Inflation also provides a mechanism for generating the tiny density fluctuations in the early universe that eventually grew into galaxies and galaxy clusters.

Dark Matter and the Observable Universe

Dark matter doesn't emit, absorb, or reflect light, so it's invisible to telescopes. Its existence is inferred from gravitational effects: galaxies rotate faster than their visible matter alone can explain, and galaxy clusters contain far more mass than what we can see. Dark matter makes up about 27% of the universe's total energy content and plays a crucial role in the formation of large-scale cosmic structure, acting as gravitational scaffolding around which ordinary matter collects.

The observable universe is the portion of the universe from which light has had time to reach us since the Big Bang. Its radius is about 46.5 billion light-years, which is larger than you might expect from a 13.8-billion-year-old universe. The extra distance comes from the expansion of space itself: light that was emitted billions of years ago has been carried farther away by the ongoing expansion while it was in transit.

Cosmological Constant

The cosmological constant ($\Lambda$) is a term in Einstein's field equations of general relativity. Einstein originally introduced it to balance gravity and produce a static, non-expanding universe. After Hubble discovered that the universe is expanding, Einstein reportedly called the cosmological constant his "biggest blunder."

The term was revived in the late 1990s when observations of Type Ia supernovae revealed that the universe's expansion is accelerating. Today, the cosmological constant is associated with dark energy and represents the energy density of empty space. Unlike matter and radiation densities, which decrease as the universe expands, the cosmological constant remains the same everywhere and at all times.

Observational Evidence and the Universe's Fate

Three major lines of evidence, taken together, point strongly toward a flat, accelerating universe dominated by dark energy.

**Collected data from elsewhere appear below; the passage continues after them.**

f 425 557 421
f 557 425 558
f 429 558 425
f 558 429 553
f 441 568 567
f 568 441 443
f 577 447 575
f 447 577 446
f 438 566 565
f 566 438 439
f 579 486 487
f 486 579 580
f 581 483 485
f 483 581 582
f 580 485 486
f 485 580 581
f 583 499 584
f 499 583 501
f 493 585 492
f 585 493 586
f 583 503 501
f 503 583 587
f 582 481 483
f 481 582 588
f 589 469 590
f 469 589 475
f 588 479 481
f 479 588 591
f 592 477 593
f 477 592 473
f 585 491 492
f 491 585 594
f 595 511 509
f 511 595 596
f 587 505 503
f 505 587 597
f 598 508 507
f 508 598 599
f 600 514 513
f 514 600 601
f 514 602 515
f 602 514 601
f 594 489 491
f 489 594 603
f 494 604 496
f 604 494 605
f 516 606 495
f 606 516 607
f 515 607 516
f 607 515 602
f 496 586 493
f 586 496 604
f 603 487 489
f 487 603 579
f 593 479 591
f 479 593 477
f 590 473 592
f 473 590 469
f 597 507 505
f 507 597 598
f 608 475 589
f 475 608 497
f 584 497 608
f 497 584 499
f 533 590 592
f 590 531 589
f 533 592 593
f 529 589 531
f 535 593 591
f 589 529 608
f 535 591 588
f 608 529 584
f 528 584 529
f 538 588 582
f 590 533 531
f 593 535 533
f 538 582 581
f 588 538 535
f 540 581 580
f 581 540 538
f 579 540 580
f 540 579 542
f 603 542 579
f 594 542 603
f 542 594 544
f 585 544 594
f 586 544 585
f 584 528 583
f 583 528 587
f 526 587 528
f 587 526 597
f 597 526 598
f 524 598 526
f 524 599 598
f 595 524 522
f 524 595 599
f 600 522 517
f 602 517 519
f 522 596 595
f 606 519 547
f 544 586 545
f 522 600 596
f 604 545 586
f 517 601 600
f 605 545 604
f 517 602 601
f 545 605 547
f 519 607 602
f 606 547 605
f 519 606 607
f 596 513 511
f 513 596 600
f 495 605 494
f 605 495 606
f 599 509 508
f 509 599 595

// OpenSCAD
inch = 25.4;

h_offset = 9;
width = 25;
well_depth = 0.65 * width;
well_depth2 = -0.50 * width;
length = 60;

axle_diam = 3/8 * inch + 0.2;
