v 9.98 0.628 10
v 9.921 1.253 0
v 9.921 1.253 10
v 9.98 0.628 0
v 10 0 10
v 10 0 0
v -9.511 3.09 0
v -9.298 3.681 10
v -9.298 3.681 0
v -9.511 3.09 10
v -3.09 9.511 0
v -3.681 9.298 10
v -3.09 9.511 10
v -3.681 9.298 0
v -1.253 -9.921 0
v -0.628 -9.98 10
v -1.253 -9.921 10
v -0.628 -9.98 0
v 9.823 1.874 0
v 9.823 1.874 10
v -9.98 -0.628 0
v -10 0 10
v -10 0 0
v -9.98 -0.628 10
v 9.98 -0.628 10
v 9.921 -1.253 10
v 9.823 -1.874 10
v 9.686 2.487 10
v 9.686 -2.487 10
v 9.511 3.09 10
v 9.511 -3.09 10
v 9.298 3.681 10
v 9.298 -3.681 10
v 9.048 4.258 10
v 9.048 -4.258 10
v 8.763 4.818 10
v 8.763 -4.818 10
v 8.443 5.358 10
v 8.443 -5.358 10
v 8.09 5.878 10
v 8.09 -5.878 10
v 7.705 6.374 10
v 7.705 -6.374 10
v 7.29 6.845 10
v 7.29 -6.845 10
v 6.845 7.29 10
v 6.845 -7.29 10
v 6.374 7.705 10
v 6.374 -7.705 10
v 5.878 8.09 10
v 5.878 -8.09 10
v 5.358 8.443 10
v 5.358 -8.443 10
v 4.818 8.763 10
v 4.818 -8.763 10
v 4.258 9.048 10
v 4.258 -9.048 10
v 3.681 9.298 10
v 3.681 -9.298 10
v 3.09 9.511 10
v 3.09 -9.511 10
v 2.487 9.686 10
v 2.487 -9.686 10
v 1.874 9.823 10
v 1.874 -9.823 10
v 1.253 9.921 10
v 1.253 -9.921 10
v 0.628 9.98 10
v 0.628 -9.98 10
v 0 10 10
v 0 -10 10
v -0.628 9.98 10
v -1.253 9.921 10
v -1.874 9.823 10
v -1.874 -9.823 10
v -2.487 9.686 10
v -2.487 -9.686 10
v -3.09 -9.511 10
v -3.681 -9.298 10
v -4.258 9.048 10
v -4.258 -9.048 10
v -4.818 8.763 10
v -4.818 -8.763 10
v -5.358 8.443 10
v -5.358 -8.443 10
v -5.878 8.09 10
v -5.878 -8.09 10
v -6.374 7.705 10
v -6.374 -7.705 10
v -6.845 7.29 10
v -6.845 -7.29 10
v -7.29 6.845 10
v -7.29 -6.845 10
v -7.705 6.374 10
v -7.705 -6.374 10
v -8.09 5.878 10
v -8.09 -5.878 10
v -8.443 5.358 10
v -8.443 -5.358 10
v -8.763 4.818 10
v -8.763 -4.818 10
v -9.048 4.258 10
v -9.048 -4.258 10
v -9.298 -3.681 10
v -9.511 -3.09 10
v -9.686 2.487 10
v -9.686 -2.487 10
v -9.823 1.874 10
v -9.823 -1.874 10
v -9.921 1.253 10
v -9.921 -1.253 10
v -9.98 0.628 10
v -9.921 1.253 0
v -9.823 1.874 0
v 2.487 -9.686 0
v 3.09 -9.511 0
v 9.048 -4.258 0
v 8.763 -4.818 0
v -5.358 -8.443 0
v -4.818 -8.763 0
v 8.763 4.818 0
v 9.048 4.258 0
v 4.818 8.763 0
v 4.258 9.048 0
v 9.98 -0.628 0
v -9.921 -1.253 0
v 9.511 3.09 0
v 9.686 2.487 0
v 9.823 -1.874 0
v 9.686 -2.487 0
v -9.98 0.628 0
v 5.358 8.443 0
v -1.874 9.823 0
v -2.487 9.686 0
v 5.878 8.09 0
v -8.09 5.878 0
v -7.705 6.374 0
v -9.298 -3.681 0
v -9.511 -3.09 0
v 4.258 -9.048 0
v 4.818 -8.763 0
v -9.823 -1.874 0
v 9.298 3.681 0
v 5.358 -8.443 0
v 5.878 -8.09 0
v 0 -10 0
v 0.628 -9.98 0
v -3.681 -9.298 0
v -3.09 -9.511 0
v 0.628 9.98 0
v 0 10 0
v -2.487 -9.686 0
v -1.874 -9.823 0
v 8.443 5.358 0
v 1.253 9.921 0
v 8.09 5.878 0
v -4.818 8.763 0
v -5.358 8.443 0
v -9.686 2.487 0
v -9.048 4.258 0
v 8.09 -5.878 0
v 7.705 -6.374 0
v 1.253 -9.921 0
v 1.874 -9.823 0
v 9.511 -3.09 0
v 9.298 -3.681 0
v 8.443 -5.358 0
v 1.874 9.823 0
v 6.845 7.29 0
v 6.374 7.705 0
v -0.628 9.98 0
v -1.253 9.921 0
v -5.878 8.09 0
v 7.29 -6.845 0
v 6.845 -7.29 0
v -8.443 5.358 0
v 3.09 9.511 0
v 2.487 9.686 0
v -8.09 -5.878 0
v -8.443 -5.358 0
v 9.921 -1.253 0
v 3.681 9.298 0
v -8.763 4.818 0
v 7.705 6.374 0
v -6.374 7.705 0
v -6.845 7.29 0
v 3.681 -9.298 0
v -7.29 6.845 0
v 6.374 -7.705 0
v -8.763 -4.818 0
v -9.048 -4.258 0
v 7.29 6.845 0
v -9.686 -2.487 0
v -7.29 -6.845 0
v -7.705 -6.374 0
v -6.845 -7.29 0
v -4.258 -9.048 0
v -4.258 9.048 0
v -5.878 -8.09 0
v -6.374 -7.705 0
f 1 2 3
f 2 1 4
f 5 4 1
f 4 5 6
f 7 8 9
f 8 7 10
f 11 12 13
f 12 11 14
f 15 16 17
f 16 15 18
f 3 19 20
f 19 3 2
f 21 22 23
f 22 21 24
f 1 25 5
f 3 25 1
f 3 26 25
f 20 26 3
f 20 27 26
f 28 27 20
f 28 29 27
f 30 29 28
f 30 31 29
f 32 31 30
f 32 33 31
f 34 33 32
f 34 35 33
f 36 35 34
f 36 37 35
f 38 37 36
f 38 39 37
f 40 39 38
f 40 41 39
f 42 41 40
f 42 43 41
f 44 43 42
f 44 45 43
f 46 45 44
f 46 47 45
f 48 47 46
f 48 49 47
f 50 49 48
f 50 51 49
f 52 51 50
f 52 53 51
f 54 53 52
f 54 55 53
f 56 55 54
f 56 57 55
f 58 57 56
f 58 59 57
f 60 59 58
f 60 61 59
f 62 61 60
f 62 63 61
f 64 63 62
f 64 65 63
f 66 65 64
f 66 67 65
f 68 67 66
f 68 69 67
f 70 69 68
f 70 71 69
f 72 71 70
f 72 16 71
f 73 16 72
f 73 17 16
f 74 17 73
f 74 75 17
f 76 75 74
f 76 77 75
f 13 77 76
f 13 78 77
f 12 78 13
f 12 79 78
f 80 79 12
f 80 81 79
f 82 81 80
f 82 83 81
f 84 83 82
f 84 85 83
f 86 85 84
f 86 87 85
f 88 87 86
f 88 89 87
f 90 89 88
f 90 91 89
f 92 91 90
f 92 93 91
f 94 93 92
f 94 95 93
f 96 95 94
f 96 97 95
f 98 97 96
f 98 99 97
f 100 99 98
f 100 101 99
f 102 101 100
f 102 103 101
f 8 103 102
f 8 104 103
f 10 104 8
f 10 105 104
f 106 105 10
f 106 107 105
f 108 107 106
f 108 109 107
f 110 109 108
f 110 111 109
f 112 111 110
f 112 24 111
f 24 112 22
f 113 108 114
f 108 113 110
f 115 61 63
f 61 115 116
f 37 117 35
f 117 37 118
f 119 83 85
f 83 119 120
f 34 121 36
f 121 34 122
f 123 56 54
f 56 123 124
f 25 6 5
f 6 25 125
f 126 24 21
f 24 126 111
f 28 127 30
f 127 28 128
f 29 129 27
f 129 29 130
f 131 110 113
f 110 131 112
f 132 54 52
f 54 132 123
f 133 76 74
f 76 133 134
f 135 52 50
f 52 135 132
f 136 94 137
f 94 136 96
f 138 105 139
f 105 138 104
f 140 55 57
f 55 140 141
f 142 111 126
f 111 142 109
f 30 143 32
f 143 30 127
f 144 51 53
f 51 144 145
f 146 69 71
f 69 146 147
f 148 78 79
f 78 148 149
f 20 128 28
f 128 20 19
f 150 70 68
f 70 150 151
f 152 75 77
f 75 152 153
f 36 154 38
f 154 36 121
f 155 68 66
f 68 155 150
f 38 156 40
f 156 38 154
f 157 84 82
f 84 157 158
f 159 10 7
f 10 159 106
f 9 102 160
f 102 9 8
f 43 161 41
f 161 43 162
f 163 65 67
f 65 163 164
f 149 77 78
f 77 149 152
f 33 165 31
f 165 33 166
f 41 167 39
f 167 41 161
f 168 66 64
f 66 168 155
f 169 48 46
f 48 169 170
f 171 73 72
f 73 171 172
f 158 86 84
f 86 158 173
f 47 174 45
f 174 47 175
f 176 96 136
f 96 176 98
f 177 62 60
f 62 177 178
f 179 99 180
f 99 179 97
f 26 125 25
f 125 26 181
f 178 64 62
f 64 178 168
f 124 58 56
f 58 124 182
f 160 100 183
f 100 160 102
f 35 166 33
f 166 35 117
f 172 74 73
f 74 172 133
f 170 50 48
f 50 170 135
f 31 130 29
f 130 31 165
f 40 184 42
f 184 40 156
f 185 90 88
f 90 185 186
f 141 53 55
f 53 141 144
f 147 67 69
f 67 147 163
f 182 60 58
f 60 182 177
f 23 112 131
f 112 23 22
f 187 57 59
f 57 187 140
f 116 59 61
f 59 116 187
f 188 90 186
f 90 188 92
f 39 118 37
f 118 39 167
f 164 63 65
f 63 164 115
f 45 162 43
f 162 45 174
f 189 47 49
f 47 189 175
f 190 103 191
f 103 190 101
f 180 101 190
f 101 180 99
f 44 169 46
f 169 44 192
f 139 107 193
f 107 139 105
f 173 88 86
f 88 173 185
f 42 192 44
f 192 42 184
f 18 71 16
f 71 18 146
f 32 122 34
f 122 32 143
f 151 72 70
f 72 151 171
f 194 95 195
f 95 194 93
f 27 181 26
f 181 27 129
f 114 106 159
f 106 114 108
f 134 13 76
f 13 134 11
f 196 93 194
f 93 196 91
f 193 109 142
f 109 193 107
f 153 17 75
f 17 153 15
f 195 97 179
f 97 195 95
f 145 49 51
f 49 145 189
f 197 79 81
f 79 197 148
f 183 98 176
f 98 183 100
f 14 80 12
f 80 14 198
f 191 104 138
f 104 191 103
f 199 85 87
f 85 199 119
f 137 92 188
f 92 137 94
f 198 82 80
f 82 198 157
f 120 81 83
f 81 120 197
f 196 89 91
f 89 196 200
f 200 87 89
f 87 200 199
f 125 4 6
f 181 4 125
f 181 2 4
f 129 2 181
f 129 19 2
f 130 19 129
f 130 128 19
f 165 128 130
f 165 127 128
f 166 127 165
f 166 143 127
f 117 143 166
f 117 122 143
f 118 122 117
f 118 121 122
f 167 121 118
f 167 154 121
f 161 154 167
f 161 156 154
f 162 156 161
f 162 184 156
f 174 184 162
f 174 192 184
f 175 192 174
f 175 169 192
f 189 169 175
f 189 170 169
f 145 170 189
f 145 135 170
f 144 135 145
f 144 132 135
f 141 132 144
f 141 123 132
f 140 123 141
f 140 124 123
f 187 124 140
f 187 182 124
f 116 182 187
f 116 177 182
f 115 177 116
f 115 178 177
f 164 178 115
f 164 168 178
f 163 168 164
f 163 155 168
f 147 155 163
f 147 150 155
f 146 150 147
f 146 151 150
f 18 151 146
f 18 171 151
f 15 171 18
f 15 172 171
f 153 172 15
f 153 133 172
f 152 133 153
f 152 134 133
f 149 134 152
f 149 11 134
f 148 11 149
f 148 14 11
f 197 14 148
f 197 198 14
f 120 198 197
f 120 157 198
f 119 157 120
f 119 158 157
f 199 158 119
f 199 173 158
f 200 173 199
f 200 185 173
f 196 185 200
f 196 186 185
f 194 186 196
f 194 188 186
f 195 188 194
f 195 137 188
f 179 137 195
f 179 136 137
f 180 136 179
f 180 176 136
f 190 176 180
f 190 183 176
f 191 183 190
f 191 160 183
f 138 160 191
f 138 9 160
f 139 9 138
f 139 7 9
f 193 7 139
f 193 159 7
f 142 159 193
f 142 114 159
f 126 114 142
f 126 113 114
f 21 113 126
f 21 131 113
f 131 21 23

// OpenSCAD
$fn = 100;

// Defining the base
cylinder(h = 10, r = 10);

// Defining the crystal
translate([ 0, 0, 10 ]) polyhedron(
    // Vertices
    points =
        [
            [ 0, 0, 0 ],                                            // Bottom
            [ -7, -4, 12 ],                                         // The rest are the top points
            [ 6, -5, 8 ], [ 4, 5, 15 ], [ -4, 7, 10 ], [ 0, 0, 20 ] // Top point
        ],
    // Faces
    faces = [ [ 0, 1, 2 ], [ 0, 2, 3 ], [ 0, 3, 4 ], [ 0, 4, 1 ], [ 1, 2, 5 ], [ 2, 3, 5 ], [ 3, 4, 5 ], [ 4, 1, 5 ] ]);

Cosmic Microwave Background (CMB)

The CMB is the afterglow of the Big Bang, a faint glow of microwave radiation filling all of space. It's remarkably uniform in temperature (about 2.725 K), but contains tiny fluctuations on the order of 1 part in 100,000. The pattern of these fluctuations is sensitive to the universe's geometry. Measurements from the WMAP and Planck satellites show fluctuation patterns consistent with a flat universe ($\Omega \approx 1$).

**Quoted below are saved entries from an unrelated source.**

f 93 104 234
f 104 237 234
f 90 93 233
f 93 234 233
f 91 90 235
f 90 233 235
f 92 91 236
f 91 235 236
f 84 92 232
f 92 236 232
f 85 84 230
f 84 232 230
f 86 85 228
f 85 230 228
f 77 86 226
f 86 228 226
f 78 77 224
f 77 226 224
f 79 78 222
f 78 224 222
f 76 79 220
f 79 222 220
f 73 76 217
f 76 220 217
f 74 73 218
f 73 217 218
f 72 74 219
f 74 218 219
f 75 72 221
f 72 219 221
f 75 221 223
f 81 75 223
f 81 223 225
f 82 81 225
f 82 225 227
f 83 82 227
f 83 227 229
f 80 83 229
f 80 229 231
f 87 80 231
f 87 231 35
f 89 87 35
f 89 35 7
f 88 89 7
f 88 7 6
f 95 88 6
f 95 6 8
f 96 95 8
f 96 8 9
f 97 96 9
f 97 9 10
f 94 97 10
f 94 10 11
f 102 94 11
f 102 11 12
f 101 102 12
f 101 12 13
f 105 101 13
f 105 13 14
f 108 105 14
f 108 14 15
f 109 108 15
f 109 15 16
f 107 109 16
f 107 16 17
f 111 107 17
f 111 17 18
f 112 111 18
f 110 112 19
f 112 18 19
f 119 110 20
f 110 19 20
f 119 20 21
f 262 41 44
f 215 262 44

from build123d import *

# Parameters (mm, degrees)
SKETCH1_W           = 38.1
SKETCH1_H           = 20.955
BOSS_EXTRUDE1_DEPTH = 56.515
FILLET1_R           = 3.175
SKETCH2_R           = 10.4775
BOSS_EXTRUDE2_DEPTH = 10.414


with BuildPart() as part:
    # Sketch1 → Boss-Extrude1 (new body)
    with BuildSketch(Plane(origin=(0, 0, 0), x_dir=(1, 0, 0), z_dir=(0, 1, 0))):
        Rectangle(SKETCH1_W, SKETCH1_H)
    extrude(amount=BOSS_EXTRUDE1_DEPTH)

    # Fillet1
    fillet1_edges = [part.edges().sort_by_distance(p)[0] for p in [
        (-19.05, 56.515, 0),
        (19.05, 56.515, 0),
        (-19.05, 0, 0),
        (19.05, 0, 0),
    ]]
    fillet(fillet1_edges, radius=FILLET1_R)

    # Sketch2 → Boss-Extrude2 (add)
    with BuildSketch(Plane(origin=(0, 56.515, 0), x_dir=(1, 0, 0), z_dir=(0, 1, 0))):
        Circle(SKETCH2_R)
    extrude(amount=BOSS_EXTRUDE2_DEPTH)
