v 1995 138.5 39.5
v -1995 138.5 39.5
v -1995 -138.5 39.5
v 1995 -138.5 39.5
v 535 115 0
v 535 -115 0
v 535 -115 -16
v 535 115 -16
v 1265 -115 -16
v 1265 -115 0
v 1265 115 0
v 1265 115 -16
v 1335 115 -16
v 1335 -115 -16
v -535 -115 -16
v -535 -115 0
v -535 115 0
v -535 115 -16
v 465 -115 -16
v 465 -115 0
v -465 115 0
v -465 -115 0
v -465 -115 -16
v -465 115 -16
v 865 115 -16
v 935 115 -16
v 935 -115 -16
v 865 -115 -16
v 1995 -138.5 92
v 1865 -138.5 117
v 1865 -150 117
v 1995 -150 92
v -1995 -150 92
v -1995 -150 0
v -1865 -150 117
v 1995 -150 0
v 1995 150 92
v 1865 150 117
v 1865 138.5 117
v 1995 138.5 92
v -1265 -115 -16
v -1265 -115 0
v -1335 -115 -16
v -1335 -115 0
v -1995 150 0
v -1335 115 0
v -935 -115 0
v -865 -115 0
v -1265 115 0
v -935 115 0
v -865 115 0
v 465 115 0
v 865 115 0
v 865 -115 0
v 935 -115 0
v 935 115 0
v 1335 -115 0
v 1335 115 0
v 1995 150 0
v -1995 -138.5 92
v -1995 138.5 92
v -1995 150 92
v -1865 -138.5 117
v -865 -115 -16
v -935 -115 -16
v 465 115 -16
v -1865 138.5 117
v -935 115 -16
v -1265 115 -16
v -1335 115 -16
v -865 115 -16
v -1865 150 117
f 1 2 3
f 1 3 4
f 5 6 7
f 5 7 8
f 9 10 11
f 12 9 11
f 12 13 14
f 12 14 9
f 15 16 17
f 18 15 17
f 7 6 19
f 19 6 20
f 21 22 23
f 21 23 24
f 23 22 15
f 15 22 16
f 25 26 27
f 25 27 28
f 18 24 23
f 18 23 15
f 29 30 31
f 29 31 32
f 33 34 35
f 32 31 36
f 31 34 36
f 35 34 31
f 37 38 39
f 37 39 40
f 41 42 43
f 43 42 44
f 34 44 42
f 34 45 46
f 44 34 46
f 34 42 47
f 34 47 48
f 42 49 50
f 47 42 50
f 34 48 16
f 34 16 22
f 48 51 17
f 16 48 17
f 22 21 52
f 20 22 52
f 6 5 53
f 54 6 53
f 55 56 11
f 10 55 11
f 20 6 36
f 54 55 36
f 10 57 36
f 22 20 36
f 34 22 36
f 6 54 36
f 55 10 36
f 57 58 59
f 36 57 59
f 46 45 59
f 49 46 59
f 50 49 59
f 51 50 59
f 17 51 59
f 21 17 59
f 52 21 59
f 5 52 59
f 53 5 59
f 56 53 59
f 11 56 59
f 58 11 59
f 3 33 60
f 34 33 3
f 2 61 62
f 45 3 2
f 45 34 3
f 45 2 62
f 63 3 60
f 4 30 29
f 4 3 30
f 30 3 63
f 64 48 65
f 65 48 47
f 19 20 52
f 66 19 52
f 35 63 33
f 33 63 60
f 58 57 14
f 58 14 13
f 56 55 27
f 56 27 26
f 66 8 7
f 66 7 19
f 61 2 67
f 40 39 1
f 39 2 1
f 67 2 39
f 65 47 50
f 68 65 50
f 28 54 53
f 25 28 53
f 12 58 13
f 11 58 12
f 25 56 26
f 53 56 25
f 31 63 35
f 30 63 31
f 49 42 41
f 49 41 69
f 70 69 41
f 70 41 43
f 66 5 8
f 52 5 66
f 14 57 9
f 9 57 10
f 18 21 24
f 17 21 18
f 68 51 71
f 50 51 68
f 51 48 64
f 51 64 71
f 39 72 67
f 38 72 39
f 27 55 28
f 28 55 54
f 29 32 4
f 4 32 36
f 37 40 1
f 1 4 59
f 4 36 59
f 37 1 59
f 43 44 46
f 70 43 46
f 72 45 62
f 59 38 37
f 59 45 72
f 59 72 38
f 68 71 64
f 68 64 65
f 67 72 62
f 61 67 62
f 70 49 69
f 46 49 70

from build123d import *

# Parameters (mm, degrees)
SKETCH_1_W          = 3990
SKETCH_1_H          = 300
SKETCH_1_R          = 13
SKETCH_1_R_2        = 11.5
EXTRUDE_1608_DEPTH  = 39.5
SKETCH_2_W          = 3990
SKETCH_2_H          = 11.5
EXTRUDE_1_DEPTH     = 77.5
SKETCH_3_W          = 70
SKETCH_3_H          = 230
EXTRUDE_2_DEPTH     = 16
SKETCH_4_R          = 13
CUT_EXTRUDE_1_DEPTH = 2003.131676489
CUT_EXTRUDE_2_DEPTH = 2021.820130541
SKETCH_6_W          = 3990
SKETCH_6_H          = 277
EXTRUDE_3_DEPTH     = 39.5
SKETCH_7_W          = 70
SKETCH_7_H          = 230
EXTRUDE_4_DEPTH     = 16


with BuildPart() as part:
    # 草图1 → Extrude 1608 (new body)
    with BuildSketch(Plane.XY):
        Rectangle(SKETCH_1_W, SKETCH_1_H)
        with Locations((1940, 80)):
            Circle(SKETCH_1_R, mode=Mode.SUBTRACT)
        with Locations((1860, 80)):
            Circle(SKETCH_1_R, mode=Mode.SUBTRACT)
        with Locations((1780, 80)):
            Circle(SKETCH_1_R, mode=Mode.SUBTRACT)
        with Locations((1700, 80)):
            Circle(SKETCH_1_R, mode=Mode.SUBTRACT)
        with Locations((1540, 80)):
            Circle(SKETCH_1_R_2, mode=Mode.SUBTRACT)
        with Locations((1380, 80)):
            Circle(SKETCH_1_R_2, mode=Mode.SUBTRACT)
        with Locations((1220, 80)):
            Circle(SKETCH_1_R_2, mode=Mode.SUBTRACT)
        with Locations((1060, 80)):
            Circle(SKETCH_1_R_2, mode=Mode.SUBTRACT)
        with Locations((980, 80)):
            Circle(SKETCH_1_R_2, mode=Mode.SUBTRACT)
        with Locations((820, 80)):
            Circle(SKETCH_1_R_2, mode=Mode.SUBTRACT)
        with Locations((740, 80)):
            Circle(SKETCH_1_R_2, mode=Mode.SUBTRACT)
        with Locations((580, 80)):
            Circle(SKETCH_1_R_2, mode=Mode.SUBTRACT)
        with Locations((980, 0)):
            Circle(SKETCH_1_R_2, mode=Mode.SUBTRACT)
        with Locations((1060, 0)):
            Circle(SKETCH_1_R_2, mode=Mode.SUBTRACT)
        with Locations((820, 0)):
            Circle(SKETCH_1_R_2, mode=Mode.SUBTRACT)
        with Locations((740, 0)):
            Circle(SKETCH_1_R_2, mode=Mode.SUBTRACT)
        with Locations((580, 0)):
            Circle(SKETCH_1_R_2, mode=Mode.SUBTRACT)
        with Locations((1220, 0)):
            Circle(SKETCH_1_R_2, mode=Mode.SUBTRACT)
        with Locations((1380, 0)):
            Circle(SKETCH_1_R_2, mode=Mode.SUBTRACT)
        with Locations((1540, 0)):
            Circle(SKETCH_1_R_2, mode=Mode.SUBTRACT)
        with Locations((1700, 0)):
            Circle(SKETCH_1_R, mode=Mode.SUBTRACT)
        with Locations((1780, 0)):
            Circle(SKETCH_1_R, mode=Mode.SUBTRACT)
        with Locations((1860, 0)):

Type Ia Supernovae as Standard Candles

Type Ia supernovae occur when white dwarf stars reach a consistent critical mass and explode. Because they reach roughly the same peak luminosity every time, they serve as standard candles: by comparing their known brightness to their observed brightness, astronomers can calculate their distance. In 1998, two independent teams found that distant Type Ia supernovae were dimmer than expected, meaning they were farther away than a decelerating universe would predict. This was the first direct evidence that the universe's expansion is accelerating, driven by dark energy.

Large-Scale Structure

The distribution of galaxies and galaxy clusters across the universe also encodes information about cosmic density and geometry. Surveys like the Sloan Digital Sky Survey (SDSS) and the Dark Energy Survey (DES) have mapped millions of galaxies, revealing a cosmic web of filaments and voids. The observed structure is consistent with a universe dominated by dark matter and dark energy.

Putting It All Together

When CMB, supernova, and large-scale structure data are combined, they converge on a consistent picture:

• ~5% ordinary (baryonic) matter
• ~27% dark matter
• ~68% dark energy

This composition, with dark energy as the dominant component, means the universe's expansion will almost certainly continue to accelerate. The most likely long-term fate is an ever-expanding, ever-cooling cosmos where galaxies drift apart and stars gradually burn out.